Saved entries
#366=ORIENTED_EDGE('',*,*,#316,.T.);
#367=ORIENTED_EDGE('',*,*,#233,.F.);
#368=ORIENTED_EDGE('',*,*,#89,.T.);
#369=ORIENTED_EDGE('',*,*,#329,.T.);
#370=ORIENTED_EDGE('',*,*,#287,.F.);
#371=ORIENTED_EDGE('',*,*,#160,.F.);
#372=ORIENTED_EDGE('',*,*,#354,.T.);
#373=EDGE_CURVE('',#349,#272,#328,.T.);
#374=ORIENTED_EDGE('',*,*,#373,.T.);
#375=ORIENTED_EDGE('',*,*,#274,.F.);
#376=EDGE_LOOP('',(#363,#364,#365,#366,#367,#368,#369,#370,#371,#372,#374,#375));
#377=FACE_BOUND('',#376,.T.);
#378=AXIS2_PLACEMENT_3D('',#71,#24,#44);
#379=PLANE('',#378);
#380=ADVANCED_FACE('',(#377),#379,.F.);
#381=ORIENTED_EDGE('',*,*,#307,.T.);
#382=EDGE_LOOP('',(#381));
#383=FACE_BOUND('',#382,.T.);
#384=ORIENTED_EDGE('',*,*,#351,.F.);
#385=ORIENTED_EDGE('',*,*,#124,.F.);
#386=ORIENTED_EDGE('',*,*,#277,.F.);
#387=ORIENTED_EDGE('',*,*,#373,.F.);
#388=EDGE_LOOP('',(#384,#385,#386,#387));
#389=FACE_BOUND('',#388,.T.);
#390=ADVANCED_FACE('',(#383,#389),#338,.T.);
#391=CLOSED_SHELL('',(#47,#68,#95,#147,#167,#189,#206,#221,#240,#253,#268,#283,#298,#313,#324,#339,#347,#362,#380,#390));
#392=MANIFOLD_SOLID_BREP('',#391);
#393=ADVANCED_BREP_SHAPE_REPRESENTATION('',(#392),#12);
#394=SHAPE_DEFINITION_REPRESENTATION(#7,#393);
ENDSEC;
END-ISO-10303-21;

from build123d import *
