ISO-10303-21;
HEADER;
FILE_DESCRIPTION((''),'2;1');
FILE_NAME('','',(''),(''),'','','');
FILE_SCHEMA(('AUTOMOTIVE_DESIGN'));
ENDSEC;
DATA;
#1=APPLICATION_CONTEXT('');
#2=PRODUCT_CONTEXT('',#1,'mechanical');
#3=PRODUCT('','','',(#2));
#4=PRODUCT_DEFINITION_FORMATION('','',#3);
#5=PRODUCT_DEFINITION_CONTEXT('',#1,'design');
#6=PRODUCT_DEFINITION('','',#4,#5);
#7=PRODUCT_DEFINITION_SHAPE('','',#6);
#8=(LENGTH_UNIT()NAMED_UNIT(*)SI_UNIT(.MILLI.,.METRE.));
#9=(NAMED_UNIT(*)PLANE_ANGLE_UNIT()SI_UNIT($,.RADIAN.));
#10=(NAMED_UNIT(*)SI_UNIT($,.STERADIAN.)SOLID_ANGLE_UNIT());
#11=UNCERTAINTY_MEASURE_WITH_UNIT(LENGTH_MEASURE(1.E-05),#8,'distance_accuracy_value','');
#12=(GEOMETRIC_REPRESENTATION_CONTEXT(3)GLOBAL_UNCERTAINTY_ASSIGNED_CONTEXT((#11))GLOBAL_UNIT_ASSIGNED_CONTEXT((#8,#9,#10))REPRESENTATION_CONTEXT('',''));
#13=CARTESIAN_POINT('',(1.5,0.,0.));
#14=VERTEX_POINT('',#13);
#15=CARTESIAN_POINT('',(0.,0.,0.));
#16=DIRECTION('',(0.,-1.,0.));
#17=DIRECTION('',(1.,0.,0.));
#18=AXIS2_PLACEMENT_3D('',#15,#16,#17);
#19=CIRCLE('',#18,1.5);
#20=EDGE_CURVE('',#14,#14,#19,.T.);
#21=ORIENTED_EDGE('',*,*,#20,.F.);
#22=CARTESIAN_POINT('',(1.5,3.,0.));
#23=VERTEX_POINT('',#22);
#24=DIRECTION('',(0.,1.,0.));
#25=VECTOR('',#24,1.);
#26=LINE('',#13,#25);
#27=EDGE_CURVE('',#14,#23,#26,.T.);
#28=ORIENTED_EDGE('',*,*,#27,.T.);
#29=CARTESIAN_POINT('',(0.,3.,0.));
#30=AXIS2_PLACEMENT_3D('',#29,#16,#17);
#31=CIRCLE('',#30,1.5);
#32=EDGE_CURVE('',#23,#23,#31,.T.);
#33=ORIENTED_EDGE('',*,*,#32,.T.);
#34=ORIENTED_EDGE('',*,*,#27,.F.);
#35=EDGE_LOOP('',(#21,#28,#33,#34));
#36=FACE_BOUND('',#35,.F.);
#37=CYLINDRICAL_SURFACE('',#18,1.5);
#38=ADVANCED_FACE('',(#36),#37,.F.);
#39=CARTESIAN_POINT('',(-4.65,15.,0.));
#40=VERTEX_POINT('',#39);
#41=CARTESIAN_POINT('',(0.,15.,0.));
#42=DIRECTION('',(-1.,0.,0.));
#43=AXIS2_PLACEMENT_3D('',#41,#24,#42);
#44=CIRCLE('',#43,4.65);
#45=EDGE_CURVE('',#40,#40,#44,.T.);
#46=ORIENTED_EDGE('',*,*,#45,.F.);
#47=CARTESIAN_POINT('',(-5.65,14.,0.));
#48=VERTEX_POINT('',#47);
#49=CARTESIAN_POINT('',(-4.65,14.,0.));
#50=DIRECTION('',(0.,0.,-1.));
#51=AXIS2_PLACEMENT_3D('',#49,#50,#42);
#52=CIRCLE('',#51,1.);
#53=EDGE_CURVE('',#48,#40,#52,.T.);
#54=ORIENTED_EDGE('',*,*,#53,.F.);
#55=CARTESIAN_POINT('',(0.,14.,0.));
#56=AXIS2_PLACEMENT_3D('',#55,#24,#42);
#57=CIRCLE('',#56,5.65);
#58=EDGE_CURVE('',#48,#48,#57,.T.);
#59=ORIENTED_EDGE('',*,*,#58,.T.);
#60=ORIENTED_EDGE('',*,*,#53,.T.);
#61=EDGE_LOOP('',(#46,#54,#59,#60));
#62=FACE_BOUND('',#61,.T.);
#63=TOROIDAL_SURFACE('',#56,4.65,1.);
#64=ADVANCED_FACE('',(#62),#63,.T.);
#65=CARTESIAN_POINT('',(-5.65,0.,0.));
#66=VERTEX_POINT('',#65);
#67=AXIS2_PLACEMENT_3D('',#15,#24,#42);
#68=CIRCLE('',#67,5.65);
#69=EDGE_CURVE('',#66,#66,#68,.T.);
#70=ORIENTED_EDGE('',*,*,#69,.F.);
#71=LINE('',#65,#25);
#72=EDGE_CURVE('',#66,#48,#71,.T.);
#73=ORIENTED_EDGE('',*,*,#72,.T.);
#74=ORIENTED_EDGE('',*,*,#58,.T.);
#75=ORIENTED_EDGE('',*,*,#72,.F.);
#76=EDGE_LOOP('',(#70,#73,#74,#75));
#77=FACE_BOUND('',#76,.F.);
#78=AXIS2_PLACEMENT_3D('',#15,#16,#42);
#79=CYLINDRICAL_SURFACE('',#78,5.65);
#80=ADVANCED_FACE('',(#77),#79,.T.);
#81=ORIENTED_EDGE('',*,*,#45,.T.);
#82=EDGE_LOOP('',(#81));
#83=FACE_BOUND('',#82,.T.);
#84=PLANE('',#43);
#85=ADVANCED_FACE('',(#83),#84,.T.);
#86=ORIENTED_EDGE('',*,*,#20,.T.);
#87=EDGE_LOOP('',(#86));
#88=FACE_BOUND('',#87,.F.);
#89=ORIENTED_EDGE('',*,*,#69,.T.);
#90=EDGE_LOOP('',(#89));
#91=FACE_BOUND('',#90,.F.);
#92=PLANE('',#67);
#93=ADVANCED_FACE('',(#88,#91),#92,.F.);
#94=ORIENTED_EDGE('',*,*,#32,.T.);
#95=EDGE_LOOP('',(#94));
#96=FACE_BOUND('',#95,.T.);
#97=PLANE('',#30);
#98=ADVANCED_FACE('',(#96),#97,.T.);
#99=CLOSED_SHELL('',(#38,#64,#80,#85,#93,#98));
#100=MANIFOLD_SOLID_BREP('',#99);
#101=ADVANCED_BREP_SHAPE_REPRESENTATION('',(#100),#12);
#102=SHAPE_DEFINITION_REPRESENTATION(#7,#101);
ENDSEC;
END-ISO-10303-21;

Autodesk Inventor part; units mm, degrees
ref_plane "YZ Plane" through (0, 0, 0) normal (1, 0, 0) x (0, 1, 0)
ref_plane "XZ Plane" through (0, 0, 0) normal (0, 1, 0) x (-1, 0, 0)
ref_plane "XY Plane" through (0, 0, 0) normal (0, 0, 1) x (1, 0, 0)
sketch "Sketch1" plane through (0, 0, 0) normal (0, 1, 0) x (-1, 0, 0)
  circle A0 centre (0, 0) radius 5.65
  dimension "d0" = 11.3
extrude "Extrusion1" add sketch "Sketch1" along normal blind 15
sketch "Sketch2" plane through (0, 0, 0) normal (0, -1, 0) x (1, 0, 0)
  circle A0 centre (0, 0) radius 1.5
  dimension "d3" = 3
extrude "Extrusion2" cut sketch "Sketch2" against normal blind 3
fillet "Fillet1" radius 1 1 edges at (5.65, 15, 0)
properties part number "Pieza de Silicona"
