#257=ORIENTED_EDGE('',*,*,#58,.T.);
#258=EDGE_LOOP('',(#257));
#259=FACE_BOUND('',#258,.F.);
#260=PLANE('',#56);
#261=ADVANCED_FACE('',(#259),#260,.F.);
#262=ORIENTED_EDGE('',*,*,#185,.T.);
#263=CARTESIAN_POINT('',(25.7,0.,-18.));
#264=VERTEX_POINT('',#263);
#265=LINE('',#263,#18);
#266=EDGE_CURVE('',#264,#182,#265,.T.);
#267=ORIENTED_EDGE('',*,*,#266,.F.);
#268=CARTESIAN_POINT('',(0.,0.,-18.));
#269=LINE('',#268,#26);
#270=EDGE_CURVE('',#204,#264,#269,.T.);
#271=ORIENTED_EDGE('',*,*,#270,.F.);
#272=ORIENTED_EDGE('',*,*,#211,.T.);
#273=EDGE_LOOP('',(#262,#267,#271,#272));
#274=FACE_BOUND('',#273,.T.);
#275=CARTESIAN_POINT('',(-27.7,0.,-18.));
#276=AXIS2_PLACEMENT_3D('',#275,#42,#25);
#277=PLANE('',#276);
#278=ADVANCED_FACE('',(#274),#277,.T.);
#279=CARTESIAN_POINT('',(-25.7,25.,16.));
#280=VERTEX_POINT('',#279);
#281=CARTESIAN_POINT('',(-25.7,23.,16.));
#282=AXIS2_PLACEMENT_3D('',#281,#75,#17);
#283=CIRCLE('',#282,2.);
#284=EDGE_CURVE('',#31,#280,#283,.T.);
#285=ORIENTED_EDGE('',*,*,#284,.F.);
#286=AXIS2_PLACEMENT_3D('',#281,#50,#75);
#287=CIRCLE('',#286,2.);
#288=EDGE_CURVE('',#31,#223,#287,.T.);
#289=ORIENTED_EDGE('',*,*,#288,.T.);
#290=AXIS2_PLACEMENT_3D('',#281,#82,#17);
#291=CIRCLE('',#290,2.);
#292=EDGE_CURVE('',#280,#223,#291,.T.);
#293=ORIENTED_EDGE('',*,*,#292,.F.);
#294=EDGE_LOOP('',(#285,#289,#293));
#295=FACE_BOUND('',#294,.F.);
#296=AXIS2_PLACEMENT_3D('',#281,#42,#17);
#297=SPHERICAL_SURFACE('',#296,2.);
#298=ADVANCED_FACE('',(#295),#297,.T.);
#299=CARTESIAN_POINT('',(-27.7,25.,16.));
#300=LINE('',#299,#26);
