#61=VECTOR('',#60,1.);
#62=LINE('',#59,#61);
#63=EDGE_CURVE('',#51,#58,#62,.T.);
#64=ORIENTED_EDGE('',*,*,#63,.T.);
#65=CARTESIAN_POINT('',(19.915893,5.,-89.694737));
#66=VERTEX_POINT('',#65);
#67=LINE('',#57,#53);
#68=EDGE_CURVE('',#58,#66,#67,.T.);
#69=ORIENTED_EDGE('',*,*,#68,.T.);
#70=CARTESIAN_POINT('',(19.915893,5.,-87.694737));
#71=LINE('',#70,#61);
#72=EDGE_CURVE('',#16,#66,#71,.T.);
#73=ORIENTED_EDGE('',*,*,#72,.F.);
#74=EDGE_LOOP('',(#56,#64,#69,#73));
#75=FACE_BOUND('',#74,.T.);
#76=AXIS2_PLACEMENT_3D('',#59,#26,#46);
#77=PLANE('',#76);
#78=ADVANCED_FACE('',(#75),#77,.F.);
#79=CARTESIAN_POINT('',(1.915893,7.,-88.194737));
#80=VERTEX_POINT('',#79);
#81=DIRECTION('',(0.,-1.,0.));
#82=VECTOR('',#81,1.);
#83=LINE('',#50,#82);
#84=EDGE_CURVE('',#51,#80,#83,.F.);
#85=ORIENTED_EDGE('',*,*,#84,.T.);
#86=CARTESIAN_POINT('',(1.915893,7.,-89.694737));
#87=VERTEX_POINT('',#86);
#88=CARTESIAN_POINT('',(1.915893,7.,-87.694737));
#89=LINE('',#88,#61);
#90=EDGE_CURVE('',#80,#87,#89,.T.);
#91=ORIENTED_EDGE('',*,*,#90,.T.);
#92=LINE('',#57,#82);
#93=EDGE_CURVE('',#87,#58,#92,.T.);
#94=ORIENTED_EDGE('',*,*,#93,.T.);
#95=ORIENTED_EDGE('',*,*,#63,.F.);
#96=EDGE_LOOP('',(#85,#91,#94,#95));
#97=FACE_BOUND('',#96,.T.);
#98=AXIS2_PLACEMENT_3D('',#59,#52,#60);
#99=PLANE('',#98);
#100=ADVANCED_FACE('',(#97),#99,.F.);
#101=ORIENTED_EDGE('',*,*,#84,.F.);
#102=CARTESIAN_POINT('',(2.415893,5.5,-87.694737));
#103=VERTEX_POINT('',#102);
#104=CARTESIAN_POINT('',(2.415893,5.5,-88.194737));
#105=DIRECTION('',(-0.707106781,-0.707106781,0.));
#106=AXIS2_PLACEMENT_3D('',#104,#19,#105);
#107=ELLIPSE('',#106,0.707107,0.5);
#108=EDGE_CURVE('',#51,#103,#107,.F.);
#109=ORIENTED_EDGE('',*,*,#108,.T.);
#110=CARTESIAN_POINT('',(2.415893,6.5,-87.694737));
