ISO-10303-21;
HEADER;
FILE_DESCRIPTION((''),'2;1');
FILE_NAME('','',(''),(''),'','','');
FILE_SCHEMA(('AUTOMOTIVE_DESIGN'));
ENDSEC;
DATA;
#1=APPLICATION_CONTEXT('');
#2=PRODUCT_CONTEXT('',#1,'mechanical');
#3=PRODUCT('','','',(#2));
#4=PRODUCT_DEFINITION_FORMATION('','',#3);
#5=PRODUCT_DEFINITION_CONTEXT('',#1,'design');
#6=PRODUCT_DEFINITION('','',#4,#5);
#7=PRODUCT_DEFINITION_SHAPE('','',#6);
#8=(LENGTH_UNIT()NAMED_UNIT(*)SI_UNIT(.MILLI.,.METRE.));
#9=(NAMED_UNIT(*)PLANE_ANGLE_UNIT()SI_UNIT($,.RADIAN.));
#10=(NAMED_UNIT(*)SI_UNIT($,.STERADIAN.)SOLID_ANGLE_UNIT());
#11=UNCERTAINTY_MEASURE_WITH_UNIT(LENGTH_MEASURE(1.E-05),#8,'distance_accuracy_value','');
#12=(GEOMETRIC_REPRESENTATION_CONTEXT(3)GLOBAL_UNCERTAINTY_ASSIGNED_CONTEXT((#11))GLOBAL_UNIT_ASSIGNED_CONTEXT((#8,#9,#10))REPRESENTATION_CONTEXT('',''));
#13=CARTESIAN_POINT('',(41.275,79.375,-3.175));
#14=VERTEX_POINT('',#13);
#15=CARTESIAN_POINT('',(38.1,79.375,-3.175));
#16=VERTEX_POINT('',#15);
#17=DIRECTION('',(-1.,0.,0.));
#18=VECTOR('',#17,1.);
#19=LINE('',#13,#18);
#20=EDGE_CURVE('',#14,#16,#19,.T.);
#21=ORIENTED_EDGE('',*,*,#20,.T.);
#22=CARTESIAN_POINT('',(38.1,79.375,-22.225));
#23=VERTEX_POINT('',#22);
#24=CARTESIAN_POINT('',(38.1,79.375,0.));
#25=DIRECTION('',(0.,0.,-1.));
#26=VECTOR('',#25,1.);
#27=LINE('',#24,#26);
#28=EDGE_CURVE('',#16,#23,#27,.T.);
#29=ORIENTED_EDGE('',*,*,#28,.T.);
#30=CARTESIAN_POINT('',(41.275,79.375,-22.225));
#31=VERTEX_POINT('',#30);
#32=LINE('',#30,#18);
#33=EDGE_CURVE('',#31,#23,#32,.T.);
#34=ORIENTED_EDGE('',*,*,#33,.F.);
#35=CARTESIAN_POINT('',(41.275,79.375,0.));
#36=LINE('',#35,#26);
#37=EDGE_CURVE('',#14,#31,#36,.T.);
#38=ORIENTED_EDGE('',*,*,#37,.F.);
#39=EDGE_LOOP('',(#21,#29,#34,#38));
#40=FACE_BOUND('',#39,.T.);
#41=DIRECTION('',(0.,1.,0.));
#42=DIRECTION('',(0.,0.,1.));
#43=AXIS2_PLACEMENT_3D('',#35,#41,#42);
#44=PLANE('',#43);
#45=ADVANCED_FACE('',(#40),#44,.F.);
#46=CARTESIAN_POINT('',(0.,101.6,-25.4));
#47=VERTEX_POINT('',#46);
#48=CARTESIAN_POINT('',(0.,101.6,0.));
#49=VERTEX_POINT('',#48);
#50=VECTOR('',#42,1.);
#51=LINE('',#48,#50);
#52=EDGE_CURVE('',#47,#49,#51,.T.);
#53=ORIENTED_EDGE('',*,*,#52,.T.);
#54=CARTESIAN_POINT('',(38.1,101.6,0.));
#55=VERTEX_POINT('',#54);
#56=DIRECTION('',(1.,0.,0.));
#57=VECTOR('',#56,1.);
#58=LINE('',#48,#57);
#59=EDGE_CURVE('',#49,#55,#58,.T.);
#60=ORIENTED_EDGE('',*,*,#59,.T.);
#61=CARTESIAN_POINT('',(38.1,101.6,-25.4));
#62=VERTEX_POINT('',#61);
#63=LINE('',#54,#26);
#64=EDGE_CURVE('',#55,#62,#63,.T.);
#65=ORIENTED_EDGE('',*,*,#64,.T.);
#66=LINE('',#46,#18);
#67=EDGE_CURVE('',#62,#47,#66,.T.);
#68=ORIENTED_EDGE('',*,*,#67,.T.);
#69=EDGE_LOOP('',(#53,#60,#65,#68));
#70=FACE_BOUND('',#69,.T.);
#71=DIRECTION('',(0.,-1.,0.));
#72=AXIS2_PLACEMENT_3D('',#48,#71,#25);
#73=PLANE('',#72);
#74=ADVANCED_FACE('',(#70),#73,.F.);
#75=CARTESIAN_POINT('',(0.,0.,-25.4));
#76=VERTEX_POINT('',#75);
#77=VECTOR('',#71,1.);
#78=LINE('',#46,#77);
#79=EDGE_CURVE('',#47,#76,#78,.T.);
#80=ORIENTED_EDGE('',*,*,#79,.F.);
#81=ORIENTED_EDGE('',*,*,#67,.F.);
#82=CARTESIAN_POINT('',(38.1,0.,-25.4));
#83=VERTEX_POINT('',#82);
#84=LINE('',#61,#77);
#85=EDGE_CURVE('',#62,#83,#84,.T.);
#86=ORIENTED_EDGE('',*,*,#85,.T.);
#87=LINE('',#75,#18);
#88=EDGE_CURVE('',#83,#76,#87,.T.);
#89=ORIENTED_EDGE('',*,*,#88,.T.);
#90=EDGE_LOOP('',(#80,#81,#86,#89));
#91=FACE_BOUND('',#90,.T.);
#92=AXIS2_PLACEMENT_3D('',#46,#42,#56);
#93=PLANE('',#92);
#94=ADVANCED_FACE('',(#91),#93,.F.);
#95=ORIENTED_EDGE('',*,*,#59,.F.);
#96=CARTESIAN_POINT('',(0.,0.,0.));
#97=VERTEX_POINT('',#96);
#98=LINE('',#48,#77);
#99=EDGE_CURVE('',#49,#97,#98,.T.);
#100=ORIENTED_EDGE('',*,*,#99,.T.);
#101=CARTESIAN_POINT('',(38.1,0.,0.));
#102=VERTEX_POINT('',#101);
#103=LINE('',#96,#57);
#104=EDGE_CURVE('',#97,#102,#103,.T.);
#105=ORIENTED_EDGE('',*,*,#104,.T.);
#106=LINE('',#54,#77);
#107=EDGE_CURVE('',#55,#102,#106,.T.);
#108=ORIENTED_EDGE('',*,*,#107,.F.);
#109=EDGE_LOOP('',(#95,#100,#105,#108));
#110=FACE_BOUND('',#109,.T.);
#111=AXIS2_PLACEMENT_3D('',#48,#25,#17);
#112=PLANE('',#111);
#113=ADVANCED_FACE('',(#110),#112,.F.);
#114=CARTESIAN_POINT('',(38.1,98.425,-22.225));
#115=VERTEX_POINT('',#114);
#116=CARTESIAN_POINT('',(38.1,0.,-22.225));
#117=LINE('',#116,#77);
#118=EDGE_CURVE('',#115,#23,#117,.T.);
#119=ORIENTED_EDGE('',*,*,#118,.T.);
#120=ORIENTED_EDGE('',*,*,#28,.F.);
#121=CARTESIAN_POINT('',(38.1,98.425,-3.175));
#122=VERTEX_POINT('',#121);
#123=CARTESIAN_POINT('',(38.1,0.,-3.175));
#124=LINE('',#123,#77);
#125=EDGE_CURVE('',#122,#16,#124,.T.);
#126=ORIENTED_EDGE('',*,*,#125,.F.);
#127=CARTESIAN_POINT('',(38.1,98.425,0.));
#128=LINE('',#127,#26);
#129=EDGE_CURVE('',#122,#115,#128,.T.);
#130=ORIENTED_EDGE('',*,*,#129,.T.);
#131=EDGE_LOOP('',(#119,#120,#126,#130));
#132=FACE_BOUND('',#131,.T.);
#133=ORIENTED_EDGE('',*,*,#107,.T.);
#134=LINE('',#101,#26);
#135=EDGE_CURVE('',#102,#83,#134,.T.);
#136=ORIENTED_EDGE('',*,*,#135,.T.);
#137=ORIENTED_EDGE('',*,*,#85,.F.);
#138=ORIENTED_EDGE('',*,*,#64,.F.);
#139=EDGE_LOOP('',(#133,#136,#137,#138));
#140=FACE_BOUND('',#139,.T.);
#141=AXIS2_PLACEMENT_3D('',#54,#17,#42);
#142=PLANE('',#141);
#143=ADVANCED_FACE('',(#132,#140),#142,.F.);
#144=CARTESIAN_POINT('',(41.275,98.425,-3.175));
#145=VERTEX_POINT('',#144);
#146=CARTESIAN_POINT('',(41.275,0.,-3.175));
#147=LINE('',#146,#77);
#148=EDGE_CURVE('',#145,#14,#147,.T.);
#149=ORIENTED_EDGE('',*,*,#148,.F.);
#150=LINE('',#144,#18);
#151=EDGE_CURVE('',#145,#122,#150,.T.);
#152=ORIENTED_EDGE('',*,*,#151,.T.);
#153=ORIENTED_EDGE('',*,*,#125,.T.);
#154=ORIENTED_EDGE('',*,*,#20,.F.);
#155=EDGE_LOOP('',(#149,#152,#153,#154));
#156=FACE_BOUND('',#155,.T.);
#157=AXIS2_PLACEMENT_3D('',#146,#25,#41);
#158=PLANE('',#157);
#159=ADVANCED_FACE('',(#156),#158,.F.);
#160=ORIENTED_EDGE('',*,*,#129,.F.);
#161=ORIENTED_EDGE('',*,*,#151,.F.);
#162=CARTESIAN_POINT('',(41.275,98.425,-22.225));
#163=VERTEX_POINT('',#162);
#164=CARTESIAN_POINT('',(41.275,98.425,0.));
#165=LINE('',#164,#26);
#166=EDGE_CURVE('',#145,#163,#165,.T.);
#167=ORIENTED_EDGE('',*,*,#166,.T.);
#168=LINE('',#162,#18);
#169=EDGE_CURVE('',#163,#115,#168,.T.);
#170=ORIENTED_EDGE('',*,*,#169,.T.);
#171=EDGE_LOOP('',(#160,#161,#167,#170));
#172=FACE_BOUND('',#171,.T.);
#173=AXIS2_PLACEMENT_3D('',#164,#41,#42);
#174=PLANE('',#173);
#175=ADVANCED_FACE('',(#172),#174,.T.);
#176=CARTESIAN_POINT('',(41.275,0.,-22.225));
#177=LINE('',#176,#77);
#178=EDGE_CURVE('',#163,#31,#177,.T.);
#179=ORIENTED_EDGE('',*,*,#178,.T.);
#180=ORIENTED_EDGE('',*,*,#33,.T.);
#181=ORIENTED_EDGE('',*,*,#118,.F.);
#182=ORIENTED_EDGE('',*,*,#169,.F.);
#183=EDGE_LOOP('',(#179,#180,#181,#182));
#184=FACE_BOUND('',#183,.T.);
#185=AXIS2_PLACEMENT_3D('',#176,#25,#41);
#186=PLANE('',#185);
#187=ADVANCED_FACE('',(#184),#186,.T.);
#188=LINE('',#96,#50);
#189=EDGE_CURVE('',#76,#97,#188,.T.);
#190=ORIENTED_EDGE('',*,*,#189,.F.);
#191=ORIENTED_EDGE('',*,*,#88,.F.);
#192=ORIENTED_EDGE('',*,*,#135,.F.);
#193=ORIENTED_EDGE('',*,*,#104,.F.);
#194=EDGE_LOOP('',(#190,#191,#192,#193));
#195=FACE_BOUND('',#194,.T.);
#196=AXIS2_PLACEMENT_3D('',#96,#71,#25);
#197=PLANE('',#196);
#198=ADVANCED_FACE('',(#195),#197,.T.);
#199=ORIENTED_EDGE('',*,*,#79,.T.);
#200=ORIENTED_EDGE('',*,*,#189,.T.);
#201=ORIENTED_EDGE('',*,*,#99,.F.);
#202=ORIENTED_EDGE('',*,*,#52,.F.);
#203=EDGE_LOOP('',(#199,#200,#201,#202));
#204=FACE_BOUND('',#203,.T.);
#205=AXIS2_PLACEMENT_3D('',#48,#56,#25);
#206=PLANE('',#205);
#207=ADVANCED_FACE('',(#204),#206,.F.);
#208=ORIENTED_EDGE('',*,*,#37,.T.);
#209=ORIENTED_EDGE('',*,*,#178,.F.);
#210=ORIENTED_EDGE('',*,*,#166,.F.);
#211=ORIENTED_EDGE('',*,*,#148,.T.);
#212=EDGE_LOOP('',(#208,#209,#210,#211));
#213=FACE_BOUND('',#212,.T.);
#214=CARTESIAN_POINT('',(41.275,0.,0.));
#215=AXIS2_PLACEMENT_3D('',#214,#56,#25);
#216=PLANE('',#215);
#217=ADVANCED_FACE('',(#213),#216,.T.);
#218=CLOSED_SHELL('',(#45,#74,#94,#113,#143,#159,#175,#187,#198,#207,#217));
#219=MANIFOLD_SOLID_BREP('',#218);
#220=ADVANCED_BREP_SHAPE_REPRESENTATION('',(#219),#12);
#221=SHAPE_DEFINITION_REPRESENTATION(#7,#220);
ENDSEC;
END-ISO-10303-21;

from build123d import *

# Parameters (mm, degrees)
SKETCH1_W           = 38.1
SKETCH1_H           = 25.4
BOSS_EXTRUDE1_DEPTH = 101.6
SKETCH2_W           = 19.05
SKETCH2_H           = 19.05
BOSS_EXTRUDE2_DEPTH = 3.175


with BuildPart() as part:
    # Sketch1 → Boss-Extrude1 (new body)
    with BuildSketch(Plane(origin=(0, 0, 0), x_dir=(1, 0, 0), z_dir=(0, 1, 0))):
        with Locations((19.05, 12.7)):
            Rectangle(SKETCH1_W, SKETCH1_H)
    extrude(amount=BOSS_EXTRUDE1_DEPTH)

    # Sketch2 → Boss-Extrude2 (add)
    with BuildSketch(Plane(origin=(38.1, 0, 0), x_dir=(0, 0, -1), z_dir=(1, 0, 0))):
        with Locations((12.7, 88.9)):
            Rectangle(SKETCH2_W, SKETCH2_H)
    extrude(amount=BOSS_EXTRUDE2_DEPTH)


solid = part.part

What to work on ::
From the records above, quote only the lines running from the line with "#95=EDGE_LOOP('',(#94));" to the line with "#101=ADVANCED_BREP_SHAPE_REPRESENTATION('',(#100),#12);", both lines included.

Exercise result ::
#95=EDGE_LOOP('',(#94));
#96=FACE_BOUND('',#95,.T.);
#97=PLANE('',#30);
#98=ADVANCED_FACE('',(#96),#97,.T.);
#99=CLOSED_SHELL('',(#38,#64,#80,#85,#93,#98));
#100=MANIFOLD_SOLID_BREP('',#99);
#101=ADVANCED_BREP_SHAPE_REPRESENTATION('',(#100),#12);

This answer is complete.